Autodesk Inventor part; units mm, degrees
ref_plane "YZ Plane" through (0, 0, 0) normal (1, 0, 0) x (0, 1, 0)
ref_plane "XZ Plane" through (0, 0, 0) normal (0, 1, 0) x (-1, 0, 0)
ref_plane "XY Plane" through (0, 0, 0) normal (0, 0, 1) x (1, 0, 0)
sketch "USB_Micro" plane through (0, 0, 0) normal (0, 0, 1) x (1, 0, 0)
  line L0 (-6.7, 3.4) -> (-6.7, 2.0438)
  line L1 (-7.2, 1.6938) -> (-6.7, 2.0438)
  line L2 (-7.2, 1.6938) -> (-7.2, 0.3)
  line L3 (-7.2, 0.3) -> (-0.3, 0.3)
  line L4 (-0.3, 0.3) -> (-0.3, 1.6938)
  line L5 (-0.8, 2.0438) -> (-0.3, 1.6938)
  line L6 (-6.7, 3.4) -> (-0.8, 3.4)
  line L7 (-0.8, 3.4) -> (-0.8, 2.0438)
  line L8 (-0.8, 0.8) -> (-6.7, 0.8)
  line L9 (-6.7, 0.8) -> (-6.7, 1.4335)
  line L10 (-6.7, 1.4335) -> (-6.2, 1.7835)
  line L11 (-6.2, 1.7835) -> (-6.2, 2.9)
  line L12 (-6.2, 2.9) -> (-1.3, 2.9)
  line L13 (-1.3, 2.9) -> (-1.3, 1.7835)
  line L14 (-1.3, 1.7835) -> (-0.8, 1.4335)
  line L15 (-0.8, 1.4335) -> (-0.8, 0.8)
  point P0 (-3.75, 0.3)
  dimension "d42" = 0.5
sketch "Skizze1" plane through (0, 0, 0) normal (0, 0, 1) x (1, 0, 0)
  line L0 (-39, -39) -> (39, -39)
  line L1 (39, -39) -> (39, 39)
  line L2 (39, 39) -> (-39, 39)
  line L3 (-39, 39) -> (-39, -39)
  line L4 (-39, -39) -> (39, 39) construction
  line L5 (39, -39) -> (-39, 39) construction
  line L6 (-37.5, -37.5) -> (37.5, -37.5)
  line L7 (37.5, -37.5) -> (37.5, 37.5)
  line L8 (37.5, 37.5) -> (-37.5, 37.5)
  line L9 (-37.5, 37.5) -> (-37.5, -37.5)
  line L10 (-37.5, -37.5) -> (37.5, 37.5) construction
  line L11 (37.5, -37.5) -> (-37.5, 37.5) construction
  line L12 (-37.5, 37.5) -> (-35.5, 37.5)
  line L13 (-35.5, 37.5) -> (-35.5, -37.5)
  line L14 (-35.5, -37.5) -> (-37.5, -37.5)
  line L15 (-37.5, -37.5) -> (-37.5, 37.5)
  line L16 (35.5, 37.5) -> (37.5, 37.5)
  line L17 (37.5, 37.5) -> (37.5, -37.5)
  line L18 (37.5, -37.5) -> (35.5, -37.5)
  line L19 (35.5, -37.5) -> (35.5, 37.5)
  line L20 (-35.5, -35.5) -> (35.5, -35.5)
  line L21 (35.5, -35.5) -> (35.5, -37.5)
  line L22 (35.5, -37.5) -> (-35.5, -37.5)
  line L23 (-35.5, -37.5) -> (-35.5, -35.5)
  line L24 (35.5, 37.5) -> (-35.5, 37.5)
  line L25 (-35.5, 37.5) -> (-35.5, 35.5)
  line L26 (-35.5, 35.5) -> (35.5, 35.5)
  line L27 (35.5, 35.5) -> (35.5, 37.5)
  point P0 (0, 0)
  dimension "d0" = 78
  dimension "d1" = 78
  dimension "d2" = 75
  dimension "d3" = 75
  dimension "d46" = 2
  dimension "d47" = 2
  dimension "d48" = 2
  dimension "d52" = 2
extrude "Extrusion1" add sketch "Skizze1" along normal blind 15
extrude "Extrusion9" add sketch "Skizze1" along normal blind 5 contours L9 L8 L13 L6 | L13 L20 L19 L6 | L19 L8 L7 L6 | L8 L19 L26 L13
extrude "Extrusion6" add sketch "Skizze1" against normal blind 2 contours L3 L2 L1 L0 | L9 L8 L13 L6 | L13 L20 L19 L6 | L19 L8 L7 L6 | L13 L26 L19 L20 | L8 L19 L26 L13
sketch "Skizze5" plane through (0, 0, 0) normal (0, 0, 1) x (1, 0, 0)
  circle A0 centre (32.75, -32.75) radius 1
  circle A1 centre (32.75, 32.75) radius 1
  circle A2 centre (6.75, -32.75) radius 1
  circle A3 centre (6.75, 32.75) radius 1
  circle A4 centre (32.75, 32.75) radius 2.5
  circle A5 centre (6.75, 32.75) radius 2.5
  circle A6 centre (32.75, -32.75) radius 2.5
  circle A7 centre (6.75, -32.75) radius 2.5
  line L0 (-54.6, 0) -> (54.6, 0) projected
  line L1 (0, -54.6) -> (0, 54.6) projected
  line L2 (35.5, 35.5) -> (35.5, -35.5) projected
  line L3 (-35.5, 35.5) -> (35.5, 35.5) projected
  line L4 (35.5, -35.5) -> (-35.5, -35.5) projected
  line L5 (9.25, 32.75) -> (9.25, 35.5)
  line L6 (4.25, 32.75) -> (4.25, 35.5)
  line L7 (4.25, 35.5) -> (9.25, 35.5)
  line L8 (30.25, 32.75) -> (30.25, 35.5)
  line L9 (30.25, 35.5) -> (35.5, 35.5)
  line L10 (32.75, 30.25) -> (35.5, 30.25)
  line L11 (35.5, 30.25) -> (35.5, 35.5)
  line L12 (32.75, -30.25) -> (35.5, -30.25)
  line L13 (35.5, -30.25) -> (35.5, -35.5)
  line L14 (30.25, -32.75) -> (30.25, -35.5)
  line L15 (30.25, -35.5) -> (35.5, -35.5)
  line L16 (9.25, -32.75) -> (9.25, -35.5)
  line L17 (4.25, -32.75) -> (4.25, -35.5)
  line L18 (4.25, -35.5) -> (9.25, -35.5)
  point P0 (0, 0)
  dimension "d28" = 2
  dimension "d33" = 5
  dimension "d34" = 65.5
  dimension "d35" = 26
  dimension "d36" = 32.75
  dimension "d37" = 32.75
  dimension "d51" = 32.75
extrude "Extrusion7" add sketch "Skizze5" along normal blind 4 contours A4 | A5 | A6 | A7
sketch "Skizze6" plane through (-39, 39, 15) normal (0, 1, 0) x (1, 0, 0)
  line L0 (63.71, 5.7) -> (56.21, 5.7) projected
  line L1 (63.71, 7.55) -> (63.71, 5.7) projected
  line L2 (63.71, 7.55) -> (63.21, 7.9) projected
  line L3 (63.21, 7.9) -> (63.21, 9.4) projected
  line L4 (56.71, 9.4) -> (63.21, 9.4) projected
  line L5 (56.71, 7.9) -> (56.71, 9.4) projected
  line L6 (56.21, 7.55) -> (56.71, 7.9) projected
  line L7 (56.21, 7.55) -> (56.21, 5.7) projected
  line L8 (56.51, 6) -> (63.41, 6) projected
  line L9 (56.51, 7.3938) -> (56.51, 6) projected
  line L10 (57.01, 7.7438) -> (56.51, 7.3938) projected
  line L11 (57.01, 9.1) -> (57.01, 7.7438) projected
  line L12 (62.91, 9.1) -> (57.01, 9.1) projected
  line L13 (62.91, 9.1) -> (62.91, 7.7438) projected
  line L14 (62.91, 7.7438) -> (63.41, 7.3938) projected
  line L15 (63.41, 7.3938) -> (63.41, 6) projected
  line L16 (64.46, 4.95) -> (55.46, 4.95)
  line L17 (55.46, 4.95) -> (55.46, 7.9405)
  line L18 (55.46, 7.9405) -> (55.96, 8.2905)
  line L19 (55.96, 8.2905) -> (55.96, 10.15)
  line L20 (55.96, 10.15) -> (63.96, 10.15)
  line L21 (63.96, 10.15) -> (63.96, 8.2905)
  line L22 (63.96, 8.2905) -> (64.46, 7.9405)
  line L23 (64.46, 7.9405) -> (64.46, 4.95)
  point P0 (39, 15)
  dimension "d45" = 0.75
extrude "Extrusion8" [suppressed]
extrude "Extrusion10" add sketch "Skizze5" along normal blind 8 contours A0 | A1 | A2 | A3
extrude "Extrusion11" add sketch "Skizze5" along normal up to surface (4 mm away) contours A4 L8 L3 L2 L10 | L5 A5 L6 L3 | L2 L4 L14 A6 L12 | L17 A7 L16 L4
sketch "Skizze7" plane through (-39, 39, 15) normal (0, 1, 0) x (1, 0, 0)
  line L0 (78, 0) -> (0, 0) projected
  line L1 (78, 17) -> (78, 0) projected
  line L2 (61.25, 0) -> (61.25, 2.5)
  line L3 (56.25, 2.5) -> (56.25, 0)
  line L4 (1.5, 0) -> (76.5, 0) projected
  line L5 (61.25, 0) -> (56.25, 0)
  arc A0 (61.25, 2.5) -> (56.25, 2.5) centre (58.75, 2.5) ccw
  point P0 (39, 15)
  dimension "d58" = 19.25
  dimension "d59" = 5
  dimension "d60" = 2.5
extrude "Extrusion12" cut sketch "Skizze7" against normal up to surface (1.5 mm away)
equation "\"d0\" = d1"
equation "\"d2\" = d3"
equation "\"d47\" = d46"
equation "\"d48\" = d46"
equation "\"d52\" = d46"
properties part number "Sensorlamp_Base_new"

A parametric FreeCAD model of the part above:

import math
import FreeCAD as App
import Part
import Sketcher
Q = App.Units.Quantity

doc = App.newDocument("Part")
params = doc.addObject("Spreadsheet::Sheet", "Params")
for row, (alias, value) in enumerate([
    ("sketch1_width", "78 mm"),
    ("sketch1_width2", "75 mm"),
    ("pad1_length", "15 mm"),
    ("sketch2_width", "75 mm"),
    ("pad2_length", "5 mm"),
    ("sketch3_width", "78 mm"),
    ("pad3_length", "2 mm"),
    ("sketch4_diameter", "5 mm"),
    ("sketch4_diameter2", "2 mm"),
    ("pad4_length", "4 mm"),
    ("sketch5_diameter", "2 mm"),
    ("pad5_length", "8 mm"),
    ("sketch6_radius", "2.5 mm"),
    ("sketch6_width", "2.75 mm"),
    ("pad6_length", "4 mm"),
    ("sketch7_radius", "2.5 mm"),
    ("sketch7_height", "2.5 mm"),
    ("pocket1_length", "1.5 mm"),
], start=1):
    params.set(f"A{row}", alias)
    params.set(f"B{row}", "=" + value)
    params.setAlias(f"B{row}", alias)

body = doc.addObject("PartDesign::Body", "Body")

# Sketch on XY plane
sketch1 = body.newObject("Sketcher::SketchObject", "Sketch")
sketch1.AttachmentSupport = (doc.getObject("XY_Plane"), [""])
sketch1.MapMode = "FlatFace"
sketch1.addGeometry([
    Part.LineSegment(App.Vector(-39, 39, 0), App.Vector(-39, -39, 0)),  # 0
    Part.LineSegment(App.Vector(-39, -39, 0), App.Vector(39, -39, 0)),  # 1
    Part.LineSegment(App.Vector(39, -39, 0), App.Vector(39, 39, 0)),  # 2
    Part.LineSegment(App.Vector(39, 39, 0), App.Vector(-39, 39, 0)),  # 3
    Part.LineSegment(App.Vector(38, -38, 0), App.Vector(-38, -38, 0)),  # 4
    Part.LineSegment(App.Vector(-38, -38, 0), App.Vector(-38, 38, 0)),  # 5
    Part.LineSegment(App.Vector(-38, 38, 0), App.Vector(38, 38, 0)),  # 6
    Part.LineSegment(App.Vector(38, 38, 0), App.Vector(38, -38, 0)),  # 7
], False)
sketch1.addConstraint([
    Sketcher.Constraint("Coincident", 0, 2, 1, 1),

WORK TASK: Both end lines included, restate word for word the lines above from the line with "point P0 (-3.75, 0.3)" to the line with "line L17 (37.5, 37.5) -> (37.5, -37.5)", and nothing else.

FINISHED EXERCISE:
  point P0 (-3.75, 0.3)
  dimension "d42" = 0.5
sketch "Skizze1" plane through (0, 0, 0) normal (0, 0, 1) x (1, 0, 0)
  line L0 (-39, -39) -> (39, -39)
  line L1 (39, -39) -> (39, 39)
  line L2 (39, 39) -> (-39, 39)
  line L3 (-39, 39) -> (-39, -39)
  line L4 (-39, -39) -> (39, 39) construction
  line L5 (39, -39) -> (-39, 39) construction
  line L6 (-37.5, -37.5) -> (37.5, -37.5)
  line L7 (37.5, -37.5) -> (37.5, 37.5)
  line L8 (37.5, 37.5) -> (-37.5, 37.5)
  line L9 (-37.5, 37.5) -> (-37.5, -37.5)
  line L10 (-37.5, -37.5) -> (37.5, 37.5) construction
  line L11 (37.5, -37.5) -> (-37.5, 37.5) construction
  line L12 (-37.5, 37.5) -> (-35.5, 37.5)
  line L13 (-35.5, 37.5) -> (-35.5, -37.5)
  line L14 (-35.5, -37.5) -> (-37.5, -37.5)
  line L15 (-37.5, -37.5) -> (-37.5, 37.5)
  line L16 (35.5, 37.5) -> (37.5, 37.5)
  line L17 (37.5, 37.5) -> (37.5, -37.5)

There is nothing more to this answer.